- [What the exercise asks]: Up to and including the line with "#107=EDGE_LOOP('',(#106));", output the records exactly as they appear.
_ _ _ _ _
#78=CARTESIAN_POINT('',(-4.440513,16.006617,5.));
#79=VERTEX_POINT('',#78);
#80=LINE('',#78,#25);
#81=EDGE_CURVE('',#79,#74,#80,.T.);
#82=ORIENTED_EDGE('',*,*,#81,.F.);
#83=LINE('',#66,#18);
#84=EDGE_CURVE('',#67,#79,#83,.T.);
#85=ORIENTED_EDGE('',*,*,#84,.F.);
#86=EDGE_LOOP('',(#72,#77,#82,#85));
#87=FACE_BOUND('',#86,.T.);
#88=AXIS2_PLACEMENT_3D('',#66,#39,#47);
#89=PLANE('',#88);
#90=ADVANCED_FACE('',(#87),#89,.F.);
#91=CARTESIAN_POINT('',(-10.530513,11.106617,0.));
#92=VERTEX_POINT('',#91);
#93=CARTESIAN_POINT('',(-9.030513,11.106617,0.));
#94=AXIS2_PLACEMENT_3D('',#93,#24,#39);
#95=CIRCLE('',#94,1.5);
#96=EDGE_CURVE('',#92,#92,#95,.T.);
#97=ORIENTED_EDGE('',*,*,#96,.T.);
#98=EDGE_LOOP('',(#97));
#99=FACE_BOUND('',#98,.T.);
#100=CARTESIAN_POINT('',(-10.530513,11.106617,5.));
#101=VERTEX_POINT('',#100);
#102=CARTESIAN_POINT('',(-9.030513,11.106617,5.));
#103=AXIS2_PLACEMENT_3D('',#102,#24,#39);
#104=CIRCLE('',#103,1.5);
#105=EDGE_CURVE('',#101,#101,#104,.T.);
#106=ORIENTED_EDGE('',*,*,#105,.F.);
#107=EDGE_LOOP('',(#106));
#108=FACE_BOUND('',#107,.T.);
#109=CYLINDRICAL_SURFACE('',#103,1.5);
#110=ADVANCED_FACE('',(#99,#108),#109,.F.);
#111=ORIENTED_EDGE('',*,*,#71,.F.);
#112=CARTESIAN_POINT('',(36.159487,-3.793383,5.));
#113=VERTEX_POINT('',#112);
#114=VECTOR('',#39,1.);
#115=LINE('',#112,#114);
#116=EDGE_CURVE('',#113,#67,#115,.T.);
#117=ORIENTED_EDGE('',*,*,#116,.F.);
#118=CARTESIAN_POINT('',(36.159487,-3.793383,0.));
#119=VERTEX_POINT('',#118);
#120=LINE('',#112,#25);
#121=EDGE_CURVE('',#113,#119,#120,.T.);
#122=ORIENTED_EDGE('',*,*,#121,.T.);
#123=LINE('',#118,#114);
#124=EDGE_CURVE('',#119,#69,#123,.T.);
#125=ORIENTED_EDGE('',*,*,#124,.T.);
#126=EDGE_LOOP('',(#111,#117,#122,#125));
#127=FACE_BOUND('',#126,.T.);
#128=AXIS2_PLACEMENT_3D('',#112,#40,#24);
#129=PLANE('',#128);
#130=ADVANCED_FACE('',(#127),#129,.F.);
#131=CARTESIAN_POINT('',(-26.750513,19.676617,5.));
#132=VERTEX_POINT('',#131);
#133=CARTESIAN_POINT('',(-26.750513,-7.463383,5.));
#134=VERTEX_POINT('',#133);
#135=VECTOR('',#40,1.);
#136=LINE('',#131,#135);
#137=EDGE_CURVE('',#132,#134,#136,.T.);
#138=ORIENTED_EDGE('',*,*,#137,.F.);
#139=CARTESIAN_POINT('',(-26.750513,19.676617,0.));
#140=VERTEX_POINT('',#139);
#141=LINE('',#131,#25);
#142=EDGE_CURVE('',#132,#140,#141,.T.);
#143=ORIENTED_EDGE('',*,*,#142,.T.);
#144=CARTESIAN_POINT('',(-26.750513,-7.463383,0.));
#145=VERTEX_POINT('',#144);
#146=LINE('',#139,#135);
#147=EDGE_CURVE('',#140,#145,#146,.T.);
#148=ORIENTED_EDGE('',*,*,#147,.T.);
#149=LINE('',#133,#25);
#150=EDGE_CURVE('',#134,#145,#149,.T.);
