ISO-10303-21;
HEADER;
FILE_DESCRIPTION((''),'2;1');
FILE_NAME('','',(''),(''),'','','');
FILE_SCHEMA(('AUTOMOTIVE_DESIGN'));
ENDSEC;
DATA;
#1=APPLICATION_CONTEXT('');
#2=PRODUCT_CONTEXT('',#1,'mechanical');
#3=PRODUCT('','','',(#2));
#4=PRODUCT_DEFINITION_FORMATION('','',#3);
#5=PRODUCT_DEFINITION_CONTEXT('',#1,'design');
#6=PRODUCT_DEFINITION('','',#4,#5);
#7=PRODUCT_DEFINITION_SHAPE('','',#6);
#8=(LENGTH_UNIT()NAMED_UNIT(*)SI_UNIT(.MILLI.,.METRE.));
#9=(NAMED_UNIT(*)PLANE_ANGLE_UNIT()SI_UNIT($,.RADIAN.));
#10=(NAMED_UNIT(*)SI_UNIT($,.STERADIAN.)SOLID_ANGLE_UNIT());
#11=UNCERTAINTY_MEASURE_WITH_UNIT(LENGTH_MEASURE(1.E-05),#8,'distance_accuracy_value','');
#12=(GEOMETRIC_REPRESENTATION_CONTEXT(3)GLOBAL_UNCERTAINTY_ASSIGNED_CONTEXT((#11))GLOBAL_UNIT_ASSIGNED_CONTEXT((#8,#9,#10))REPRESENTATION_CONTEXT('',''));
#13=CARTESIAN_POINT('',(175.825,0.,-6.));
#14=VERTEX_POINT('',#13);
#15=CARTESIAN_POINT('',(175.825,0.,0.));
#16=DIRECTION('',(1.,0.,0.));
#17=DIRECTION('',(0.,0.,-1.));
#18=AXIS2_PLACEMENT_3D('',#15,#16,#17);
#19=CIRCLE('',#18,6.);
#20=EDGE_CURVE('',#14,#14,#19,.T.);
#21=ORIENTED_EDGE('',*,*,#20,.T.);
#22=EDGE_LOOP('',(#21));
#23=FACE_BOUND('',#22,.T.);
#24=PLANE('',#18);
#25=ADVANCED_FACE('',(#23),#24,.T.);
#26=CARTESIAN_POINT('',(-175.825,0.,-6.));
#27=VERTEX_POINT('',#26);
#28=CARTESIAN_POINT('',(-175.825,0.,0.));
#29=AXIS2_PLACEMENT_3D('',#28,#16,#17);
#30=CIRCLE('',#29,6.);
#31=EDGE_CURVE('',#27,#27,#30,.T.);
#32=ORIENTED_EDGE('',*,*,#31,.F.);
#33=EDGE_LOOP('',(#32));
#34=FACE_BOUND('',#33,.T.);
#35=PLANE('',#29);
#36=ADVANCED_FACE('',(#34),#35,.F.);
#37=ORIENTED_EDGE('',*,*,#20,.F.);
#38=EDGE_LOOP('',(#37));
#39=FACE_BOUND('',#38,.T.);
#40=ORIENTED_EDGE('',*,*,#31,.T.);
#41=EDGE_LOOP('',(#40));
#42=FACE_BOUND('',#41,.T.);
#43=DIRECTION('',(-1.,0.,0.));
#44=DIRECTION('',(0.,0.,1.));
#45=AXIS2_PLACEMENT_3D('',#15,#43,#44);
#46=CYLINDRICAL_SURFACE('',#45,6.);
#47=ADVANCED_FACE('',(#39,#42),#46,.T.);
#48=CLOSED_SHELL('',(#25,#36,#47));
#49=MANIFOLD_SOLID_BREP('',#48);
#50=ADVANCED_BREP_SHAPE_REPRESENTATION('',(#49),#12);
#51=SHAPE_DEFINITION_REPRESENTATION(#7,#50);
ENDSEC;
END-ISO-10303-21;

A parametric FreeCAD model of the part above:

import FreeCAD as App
import Part
import Sketcher
from FreeCAD import Vector
Q = App.Units.Quantity

doc = App.newDocument("Part")
body = doc.addObject("PartDesign::Body", "Body")

sketch1 = body.newObject("Sketcher::SketchObject", "Sketch")
sketch1.AttachmentSupport = (doc.getObject("YZ_Plane"), [""])
sketch1.MapMode = "FlatFace"
sketch1.addGeometry(Part.Circle(Vector(0, 0, 0), Vector(0, 0, 1), 6), False)
sketch1.addConstraint(Sketcher.Constraint("Coincident", 0, 3, -1, 1))
sketch1.addConstraint(Sketcher.Constraint("Diameter", 0, Q("12 mm")))
pad1 = body.newObject("PartDesign::Pad", "Pad")
pad1.Profile = sketch1
pad1.Length = 351.65
pad1.Midplane = True

doc.recompute()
_ _ _ _ _
- [Reply]:
#78=CARTESIAN_POINT('',(-4.440513,16.006617,5.));
#79=VERTEX_POINT('',#78);
#80=LINE('',#78,#25);
#81=EDGE_CURVE('',#79,#74,#80,.T.);
#82=ORIENTED_EDGE('',*,*,#81,.F.);
#83=LINE('',#66,#18);
#84=EDGE_CURVE('',#67,#79,#83,.T.);
#85=ORIENTED_EDGE('',*,*,#84,.F.);
#86=EDGE_LOOP('',(#72,#77,#82,#85));
#87=FACE_BOUND('',#86,.T.);
#88=AXIS2_PLACEMENT_3D('',#66,#39,#47);
#89=PLANE('',#88);
#90=ADVANCED_FACE('',(#87),#89,.F.);
#91=CARTESIAN_POINT('',(-10.530513,11.106617,0.));
#92=VERTEX_POINT('',#91);
#93=CARTESIAN_POINT('',(-9.030513,11.106617,0.));
#94=AXIS2_PLACEMENT_3D('',#93,#24,#39);
#95=CIRCLE('',#94,1.5);
#96=EDGE_CURVE('',#92,#92,#95,.T.);
#97=ORIENTED_EDGE('',*,*,#96,.T.);
#98=EDGE_LOOP('',(#97));
#99=FACE_BOUND('',#98,.T.);
#100=CARTESIAN_POINT('',(-10.530513,11.106617,5.));
#101=VERTEX_POINT('',#100);
#102=CARTESIAN_POINT('',(-9.030513,11.106617,5.));
#103=AXIS2_PLACEMENT_3D('',#102,#24,#39);
#104=CIRCLE('',#103,1.5);
#105=EDGE_CURVE('',#101,#101,#104,.T.);
#106=ORIENTED_EDGE('',*,*,#105,.F.);
#107=EDGE_LOOP('',(#106));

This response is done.